Neuroscience has advanced rapidly during the past decade. This is to the level where scientists can record the activity of just one neuron, or create a map of a network of neurons and compare different organisms. What is missing from research so far is how the whole neural network functions. This has proved tantalizingly complex, even for trying to understand the brain of a simple organism like a fruit fly.
To find out if the approach used was correct a team of neuroscientists turned to video games. The reason for the scientists adopting the unusual approach of looking at a computer game was to see if they could develop and test out approaches that could one day interpret complexity of the brain.
Here Eric Jonas of U.C. Berkeley and Konrad Kording of Northwestern University/ Rehabilitation Institute of Chicago thought a human designed computer game would be easier to approach. What they discovered, however, was that neuroscience falls short in trying to interpret how a computer game actually works.
For this they applied classical neuroscience analysis techniques to the computing system – the 6502 microprocessor from the Atari 2600. The scientists began their analytical attempt to see if they could figure out transistors based upon their activity during video games and which transistors are necessary for a given game to function.
In a research brief, Professor Jonas explains further: "Since humans designed this processor from the transistor all the way up to the software, we know how it works at every level, and we have an intuition for what it means to 'understand' the system.”
He adds further: "Our goal was to highlight some of the deficiencies in 'understanding' that arise when applying contemporary analytic techniques to big-data datasets of computing systems."

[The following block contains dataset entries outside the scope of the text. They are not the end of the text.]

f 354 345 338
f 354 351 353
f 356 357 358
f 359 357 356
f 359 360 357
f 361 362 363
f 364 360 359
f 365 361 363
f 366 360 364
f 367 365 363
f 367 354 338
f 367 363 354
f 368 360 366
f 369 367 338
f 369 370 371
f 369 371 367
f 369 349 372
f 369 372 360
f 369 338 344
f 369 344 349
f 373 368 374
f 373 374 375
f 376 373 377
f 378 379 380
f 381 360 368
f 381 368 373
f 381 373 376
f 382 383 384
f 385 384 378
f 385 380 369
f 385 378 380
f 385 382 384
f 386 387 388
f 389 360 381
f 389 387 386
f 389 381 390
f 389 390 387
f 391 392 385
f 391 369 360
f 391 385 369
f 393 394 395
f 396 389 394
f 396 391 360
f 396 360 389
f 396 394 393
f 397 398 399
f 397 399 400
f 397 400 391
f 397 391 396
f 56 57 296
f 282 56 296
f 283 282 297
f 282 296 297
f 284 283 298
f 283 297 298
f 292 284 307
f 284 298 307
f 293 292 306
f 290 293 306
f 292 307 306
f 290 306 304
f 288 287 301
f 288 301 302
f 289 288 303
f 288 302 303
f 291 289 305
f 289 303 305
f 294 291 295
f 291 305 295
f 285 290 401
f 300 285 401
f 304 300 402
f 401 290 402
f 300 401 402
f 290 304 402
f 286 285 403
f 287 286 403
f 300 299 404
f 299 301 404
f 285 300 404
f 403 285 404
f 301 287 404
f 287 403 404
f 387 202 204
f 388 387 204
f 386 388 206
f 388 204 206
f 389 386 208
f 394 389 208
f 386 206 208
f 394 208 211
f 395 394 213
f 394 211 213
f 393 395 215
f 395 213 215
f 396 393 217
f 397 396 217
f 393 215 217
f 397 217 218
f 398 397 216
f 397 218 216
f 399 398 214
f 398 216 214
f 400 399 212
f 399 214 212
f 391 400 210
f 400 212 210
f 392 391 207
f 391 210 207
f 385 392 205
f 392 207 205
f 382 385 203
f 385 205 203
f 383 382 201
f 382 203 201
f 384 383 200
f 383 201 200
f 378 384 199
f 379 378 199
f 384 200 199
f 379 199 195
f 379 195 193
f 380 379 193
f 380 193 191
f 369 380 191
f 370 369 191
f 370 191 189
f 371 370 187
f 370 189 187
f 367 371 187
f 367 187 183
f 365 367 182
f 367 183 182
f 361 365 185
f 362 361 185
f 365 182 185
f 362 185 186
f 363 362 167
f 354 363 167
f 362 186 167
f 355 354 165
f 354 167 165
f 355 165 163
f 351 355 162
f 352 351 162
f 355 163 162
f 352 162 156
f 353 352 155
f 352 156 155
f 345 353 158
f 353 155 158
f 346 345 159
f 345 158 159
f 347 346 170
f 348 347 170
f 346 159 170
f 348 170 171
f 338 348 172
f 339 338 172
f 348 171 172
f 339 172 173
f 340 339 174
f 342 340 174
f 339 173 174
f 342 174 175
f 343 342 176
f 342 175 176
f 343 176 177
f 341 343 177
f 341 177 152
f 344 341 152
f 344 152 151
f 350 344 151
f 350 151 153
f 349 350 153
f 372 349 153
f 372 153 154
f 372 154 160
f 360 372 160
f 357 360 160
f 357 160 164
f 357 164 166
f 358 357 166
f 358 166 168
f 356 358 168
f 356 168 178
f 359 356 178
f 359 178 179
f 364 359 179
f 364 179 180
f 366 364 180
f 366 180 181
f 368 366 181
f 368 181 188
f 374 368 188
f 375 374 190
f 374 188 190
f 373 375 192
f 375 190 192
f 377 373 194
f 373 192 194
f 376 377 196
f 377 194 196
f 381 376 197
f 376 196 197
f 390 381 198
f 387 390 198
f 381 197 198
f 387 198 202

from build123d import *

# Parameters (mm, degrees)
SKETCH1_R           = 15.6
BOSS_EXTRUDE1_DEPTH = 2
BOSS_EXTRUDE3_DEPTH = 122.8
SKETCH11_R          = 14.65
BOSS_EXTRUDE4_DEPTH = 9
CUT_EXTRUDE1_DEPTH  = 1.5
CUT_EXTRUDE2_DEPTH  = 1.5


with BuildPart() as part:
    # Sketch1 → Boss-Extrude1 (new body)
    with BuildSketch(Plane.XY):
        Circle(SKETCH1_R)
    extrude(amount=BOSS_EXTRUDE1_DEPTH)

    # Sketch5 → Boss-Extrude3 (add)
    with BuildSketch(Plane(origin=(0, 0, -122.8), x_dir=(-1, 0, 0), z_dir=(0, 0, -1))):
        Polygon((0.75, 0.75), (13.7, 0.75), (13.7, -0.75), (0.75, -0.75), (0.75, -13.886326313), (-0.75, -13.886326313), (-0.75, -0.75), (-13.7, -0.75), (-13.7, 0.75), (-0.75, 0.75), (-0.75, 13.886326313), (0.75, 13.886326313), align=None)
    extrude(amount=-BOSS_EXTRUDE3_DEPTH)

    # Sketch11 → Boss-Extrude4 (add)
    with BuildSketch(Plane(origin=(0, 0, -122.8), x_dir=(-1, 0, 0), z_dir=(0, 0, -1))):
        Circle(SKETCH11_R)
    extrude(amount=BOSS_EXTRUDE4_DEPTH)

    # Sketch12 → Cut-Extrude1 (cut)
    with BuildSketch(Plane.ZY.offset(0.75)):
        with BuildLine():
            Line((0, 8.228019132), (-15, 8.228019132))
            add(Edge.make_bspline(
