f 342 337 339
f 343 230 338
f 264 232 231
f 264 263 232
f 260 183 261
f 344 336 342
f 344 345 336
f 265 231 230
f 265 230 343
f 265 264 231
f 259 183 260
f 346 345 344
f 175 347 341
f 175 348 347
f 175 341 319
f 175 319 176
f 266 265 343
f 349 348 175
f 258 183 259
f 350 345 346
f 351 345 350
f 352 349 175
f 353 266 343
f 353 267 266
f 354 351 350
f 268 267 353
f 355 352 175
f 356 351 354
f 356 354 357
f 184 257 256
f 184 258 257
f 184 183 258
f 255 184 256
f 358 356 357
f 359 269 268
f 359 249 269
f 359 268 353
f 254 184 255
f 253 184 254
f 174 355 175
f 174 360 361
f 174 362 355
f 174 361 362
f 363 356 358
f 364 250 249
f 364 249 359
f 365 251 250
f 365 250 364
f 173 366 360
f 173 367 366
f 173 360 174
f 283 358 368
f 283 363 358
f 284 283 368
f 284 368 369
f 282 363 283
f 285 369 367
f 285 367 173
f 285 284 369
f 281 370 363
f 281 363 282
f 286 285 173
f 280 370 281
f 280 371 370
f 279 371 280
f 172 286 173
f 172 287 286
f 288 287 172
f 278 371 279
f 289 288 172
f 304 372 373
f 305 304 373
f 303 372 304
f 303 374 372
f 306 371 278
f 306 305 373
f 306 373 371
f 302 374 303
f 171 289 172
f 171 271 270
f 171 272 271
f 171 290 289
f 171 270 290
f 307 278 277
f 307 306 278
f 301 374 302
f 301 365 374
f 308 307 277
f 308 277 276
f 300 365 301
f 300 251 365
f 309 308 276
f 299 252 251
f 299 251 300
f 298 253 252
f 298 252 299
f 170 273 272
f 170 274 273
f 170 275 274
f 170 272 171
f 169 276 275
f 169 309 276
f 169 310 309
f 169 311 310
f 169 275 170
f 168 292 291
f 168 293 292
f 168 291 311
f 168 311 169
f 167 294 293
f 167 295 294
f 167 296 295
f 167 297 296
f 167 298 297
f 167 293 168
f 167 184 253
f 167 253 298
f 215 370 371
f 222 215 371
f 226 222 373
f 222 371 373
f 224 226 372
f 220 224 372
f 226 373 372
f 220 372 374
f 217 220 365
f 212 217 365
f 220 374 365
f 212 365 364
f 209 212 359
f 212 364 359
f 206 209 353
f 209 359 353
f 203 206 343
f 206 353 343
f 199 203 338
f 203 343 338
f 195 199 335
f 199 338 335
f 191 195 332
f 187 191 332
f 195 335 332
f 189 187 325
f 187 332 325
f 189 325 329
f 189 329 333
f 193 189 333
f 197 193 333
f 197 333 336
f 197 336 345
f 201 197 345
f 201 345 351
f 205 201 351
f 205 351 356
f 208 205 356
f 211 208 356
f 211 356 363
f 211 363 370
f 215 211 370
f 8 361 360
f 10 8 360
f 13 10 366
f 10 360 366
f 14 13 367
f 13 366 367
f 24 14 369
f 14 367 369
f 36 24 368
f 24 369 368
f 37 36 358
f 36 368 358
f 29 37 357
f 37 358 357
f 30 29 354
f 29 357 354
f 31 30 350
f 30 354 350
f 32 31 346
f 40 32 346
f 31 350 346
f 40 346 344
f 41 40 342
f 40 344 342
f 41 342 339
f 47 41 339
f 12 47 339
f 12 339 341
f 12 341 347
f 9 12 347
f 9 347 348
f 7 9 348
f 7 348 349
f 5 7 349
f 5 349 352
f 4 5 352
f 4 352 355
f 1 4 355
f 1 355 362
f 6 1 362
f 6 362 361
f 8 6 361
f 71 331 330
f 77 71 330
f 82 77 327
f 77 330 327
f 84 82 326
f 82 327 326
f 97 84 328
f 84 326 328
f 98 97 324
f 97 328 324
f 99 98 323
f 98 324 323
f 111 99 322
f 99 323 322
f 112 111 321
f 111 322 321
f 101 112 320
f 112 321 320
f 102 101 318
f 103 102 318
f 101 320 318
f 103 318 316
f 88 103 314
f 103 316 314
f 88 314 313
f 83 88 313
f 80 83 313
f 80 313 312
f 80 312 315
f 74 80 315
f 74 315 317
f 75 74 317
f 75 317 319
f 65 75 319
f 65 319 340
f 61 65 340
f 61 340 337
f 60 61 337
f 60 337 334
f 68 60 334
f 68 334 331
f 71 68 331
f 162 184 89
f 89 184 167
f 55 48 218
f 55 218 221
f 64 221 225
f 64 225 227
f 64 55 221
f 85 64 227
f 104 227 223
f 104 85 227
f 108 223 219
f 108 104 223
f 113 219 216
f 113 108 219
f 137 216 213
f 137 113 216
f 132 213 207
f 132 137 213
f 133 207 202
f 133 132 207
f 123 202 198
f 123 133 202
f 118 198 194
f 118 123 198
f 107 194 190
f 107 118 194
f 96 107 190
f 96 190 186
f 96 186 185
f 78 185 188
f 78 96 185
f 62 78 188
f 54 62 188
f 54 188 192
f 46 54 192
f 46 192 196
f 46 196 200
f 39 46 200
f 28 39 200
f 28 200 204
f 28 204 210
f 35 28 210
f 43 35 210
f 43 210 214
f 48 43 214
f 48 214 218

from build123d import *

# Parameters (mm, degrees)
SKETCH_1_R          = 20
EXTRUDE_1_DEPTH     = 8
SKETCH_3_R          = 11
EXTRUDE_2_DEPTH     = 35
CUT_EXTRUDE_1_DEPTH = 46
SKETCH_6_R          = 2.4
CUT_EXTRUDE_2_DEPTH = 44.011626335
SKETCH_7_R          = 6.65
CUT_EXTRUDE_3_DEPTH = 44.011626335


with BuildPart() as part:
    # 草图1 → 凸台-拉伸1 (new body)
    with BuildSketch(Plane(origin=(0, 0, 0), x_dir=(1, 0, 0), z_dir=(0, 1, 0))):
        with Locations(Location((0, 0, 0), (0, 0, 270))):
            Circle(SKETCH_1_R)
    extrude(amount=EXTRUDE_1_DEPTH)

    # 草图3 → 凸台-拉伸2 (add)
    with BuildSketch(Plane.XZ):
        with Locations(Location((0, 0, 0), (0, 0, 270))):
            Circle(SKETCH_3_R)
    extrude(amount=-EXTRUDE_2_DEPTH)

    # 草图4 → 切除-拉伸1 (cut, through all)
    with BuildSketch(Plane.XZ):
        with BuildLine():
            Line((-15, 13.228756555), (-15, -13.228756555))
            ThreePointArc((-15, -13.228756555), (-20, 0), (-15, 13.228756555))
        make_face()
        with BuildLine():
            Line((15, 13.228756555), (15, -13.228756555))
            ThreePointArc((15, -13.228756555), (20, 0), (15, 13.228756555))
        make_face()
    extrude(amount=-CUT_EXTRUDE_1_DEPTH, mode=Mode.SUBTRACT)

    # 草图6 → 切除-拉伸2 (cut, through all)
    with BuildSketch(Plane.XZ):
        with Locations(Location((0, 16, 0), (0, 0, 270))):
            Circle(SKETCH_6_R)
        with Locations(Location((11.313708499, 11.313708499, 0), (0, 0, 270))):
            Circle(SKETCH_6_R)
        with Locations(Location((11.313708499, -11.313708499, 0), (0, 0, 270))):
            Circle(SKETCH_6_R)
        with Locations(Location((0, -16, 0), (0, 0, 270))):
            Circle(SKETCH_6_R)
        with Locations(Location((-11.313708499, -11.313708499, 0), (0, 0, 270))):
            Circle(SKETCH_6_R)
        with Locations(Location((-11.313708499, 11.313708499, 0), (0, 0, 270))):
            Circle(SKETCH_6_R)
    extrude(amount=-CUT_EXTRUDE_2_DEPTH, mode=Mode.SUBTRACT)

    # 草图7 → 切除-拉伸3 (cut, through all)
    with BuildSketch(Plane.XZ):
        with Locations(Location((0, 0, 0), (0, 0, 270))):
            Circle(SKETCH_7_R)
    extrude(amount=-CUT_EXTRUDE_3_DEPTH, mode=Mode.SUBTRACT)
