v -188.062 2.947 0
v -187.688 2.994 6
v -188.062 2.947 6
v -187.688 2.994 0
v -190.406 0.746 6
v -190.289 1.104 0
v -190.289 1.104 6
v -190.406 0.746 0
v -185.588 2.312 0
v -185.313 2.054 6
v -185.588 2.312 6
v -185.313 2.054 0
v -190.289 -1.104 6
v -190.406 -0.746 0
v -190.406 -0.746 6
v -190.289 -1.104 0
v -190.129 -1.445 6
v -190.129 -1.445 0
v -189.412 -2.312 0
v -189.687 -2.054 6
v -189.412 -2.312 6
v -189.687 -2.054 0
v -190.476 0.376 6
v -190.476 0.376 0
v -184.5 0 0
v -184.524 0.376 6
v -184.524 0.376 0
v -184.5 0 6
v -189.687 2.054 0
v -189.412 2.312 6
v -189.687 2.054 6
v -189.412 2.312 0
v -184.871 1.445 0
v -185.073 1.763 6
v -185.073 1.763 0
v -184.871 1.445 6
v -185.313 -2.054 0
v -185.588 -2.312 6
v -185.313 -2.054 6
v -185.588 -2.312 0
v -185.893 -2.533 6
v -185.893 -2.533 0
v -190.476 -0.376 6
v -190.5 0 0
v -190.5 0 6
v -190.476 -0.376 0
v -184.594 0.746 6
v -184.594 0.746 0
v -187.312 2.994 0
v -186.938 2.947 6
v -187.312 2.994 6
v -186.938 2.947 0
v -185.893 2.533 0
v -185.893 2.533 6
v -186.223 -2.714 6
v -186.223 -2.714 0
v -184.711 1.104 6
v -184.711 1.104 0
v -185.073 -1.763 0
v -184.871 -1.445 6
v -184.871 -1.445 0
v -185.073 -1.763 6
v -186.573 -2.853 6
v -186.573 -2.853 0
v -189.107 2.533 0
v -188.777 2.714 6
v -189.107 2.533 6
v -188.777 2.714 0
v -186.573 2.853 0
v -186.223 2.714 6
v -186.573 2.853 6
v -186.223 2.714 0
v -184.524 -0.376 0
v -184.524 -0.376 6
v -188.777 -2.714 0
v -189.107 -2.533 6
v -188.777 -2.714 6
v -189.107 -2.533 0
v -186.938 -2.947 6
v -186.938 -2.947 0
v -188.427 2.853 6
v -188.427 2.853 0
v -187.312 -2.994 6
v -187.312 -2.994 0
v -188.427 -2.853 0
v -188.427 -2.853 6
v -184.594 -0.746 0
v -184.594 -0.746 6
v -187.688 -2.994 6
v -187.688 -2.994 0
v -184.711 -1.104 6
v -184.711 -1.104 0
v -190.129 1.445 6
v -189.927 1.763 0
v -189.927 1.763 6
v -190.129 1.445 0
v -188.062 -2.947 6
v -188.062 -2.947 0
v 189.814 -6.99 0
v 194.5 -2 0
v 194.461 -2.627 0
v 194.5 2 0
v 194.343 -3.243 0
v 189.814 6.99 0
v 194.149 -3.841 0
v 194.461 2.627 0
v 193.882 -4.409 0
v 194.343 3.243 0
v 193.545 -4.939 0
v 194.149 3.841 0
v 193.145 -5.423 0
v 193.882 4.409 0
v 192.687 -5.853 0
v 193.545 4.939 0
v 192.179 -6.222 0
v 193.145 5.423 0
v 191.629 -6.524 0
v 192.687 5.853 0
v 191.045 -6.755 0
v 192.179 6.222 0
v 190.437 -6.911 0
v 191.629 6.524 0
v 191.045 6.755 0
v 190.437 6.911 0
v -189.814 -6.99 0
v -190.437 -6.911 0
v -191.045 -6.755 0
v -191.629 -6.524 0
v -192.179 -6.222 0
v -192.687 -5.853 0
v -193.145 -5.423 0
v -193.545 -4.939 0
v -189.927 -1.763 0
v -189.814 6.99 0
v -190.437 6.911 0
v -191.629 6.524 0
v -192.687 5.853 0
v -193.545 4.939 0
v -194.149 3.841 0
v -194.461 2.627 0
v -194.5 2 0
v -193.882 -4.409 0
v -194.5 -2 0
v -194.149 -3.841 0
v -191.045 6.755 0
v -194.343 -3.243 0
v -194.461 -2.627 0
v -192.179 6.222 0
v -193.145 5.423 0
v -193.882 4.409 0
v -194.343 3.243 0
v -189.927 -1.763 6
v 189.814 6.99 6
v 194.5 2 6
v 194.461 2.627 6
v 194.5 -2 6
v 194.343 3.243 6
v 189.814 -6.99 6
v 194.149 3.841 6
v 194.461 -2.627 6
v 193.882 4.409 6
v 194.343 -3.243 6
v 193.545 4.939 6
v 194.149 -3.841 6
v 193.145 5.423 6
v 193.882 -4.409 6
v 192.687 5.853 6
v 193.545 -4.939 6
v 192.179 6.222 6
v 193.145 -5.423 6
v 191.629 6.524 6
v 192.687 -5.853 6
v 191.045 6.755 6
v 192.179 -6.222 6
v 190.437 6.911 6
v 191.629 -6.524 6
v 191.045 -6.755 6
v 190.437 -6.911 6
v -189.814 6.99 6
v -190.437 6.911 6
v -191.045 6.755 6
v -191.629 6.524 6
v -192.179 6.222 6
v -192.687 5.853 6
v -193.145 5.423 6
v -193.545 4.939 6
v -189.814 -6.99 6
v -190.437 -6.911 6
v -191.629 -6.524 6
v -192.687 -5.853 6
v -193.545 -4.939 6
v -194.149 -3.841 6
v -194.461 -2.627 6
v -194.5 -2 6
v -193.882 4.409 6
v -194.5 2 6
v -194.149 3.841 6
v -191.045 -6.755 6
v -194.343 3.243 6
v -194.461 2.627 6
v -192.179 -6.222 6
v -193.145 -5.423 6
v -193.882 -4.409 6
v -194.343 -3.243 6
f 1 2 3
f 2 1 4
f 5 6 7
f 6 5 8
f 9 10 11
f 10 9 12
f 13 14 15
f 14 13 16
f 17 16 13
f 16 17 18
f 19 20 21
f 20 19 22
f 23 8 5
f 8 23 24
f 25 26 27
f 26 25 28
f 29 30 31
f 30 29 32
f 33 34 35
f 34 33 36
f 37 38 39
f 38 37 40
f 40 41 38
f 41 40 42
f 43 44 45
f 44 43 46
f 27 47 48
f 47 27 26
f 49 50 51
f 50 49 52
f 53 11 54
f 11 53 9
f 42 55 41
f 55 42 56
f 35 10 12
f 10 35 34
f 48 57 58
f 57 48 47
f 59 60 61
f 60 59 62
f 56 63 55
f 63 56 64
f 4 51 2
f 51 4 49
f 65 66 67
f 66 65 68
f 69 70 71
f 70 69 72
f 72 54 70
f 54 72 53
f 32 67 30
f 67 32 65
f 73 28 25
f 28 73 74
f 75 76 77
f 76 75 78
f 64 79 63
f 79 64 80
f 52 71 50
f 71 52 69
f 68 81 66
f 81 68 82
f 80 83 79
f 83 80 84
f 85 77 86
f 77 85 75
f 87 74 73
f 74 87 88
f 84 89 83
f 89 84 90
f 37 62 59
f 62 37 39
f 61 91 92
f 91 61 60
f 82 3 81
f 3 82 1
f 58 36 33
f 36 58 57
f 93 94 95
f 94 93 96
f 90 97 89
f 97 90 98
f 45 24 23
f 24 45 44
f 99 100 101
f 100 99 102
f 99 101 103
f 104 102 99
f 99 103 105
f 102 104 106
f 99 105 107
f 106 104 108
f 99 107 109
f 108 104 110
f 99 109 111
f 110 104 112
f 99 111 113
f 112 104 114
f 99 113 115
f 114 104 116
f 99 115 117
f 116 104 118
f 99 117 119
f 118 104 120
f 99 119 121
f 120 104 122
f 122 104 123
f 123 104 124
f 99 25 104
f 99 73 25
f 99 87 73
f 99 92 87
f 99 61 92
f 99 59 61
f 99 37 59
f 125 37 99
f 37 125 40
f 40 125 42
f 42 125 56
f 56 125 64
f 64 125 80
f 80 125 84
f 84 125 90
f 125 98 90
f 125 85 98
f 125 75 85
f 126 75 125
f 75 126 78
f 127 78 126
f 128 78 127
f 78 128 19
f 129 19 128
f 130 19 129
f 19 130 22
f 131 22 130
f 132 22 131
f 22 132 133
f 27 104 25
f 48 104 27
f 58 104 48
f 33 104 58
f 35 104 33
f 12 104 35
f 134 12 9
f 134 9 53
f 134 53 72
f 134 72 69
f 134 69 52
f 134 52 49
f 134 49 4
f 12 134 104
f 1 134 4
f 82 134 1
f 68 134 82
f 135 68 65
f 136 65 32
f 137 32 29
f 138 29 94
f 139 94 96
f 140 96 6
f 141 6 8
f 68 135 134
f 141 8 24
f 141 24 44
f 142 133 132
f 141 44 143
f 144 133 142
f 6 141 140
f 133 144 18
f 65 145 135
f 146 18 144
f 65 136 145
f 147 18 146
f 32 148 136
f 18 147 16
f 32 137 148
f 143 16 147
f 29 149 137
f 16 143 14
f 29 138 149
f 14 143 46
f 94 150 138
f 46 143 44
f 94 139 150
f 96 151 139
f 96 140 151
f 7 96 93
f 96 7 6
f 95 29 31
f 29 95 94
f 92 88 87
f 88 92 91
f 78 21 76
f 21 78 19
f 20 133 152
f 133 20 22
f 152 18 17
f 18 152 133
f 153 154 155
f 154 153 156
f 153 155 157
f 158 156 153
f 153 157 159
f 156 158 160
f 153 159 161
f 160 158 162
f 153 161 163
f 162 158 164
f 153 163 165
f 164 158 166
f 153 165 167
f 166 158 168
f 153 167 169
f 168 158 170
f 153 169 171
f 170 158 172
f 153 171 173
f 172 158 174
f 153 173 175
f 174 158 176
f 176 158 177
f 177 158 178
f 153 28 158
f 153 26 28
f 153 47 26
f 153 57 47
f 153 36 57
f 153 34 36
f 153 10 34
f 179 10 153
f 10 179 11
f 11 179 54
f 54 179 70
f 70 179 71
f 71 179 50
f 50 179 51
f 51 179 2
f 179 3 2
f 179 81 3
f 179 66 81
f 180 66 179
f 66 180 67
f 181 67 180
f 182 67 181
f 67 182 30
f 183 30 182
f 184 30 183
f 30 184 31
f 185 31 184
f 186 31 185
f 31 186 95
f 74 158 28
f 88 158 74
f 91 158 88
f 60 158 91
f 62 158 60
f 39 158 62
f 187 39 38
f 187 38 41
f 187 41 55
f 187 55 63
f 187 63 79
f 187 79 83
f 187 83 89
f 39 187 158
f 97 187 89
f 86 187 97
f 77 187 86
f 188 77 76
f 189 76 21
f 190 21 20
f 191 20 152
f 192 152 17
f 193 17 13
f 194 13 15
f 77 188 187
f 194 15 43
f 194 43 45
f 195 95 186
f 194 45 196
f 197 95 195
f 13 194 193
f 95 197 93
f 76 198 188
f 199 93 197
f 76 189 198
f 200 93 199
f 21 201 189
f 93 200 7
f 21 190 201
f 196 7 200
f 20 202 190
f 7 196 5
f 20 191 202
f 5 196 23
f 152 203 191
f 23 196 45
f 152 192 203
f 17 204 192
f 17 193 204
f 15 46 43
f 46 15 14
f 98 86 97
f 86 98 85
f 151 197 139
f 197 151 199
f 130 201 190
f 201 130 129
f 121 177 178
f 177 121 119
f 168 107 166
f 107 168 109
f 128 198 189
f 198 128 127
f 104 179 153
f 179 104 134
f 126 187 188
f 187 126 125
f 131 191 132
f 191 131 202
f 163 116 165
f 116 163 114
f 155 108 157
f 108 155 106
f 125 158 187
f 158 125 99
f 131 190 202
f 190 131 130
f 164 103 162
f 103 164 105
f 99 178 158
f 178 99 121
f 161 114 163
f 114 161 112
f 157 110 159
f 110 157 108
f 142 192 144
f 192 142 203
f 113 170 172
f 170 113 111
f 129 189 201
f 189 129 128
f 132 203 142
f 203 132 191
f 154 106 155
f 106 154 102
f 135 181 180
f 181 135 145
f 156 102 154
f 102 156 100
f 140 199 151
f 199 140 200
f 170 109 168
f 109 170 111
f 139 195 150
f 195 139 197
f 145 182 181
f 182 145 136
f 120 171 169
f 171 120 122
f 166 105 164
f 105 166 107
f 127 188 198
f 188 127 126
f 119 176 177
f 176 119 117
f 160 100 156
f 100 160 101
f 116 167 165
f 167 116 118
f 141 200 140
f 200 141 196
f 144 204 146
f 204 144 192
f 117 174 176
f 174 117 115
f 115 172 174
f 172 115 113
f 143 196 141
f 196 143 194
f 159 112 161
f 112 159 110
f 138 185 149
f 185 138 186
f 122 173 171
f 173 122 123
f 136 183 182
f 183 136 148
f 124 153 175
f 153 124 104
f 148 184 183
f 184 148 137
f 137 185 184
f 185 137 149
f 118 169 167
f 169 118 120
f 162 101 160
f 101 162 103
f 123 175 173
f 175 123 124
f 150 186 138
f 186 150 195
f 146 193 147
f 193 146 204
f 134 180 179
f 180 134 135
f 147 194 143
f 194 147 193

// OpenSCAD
$fn = 50;


difference() {
	union() {
		hull() {
			translate(v = [-189.5000000000, 2.0000000000, 0]) {
				cylinder(h = 6, r = 5);
			}
			translate(v = [189.5000000000, 2.0000000000, 0]) {
				cylinder(h = 6, r = 5);
			}
			translate(v = [-189.5000000000, -2.0000000000, 0]) {
				cylinder(h = 6, r = 5);
			}
			translate(v = [189.5000000000, -2.0000000000, 0]) {
				cylinder(h = 6, r = 5);
			}
		}
	}
	union() {
		translate(v = [-187.5000000000, 0.0000000000, 0]) {
			cylinder(h = 6, r = 3.0000000000);
		}
		translate(v = [-187.5000000000, 0.0000000000, 0]) {
			cylinder(h = 6, r = 1.5000000000);
		}
		translate(v = [-187.5000000000, 0.0000000000, 0]) {
			cylinder(h = 6, r = 1.5000000000);
		}
		translate(v = [-187.5000000000, 0.0000000000, 0]) {
			cylinder(h = 6, r = 1.5000000000);
		}
	}
}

With the research the scientists attempted to use standard neuroscience techniques to analyze the Atari 2600's microprocessor. Instead of being enlightened they found the techniques of conventional neuroscience did not achieve the same level of understanding that a typical electrical engineering student would have achieved had computer design principles been applied.
The consequences of this may well affect the course that neuroscience takes. As Professor Jonas comments: “without careful thought, current big-data approaches to neuroscience may not live up to their promise or succeed in advancing the field."
This, in essence, means going ‘back to the drawing board’; suggesting that neuroscience requires better experiments, theories, and data analysis approaches.
The research has been published in the journal PLOS Computational Biology, under the title “Could a Neuroscientist Understand a Microprocessor?”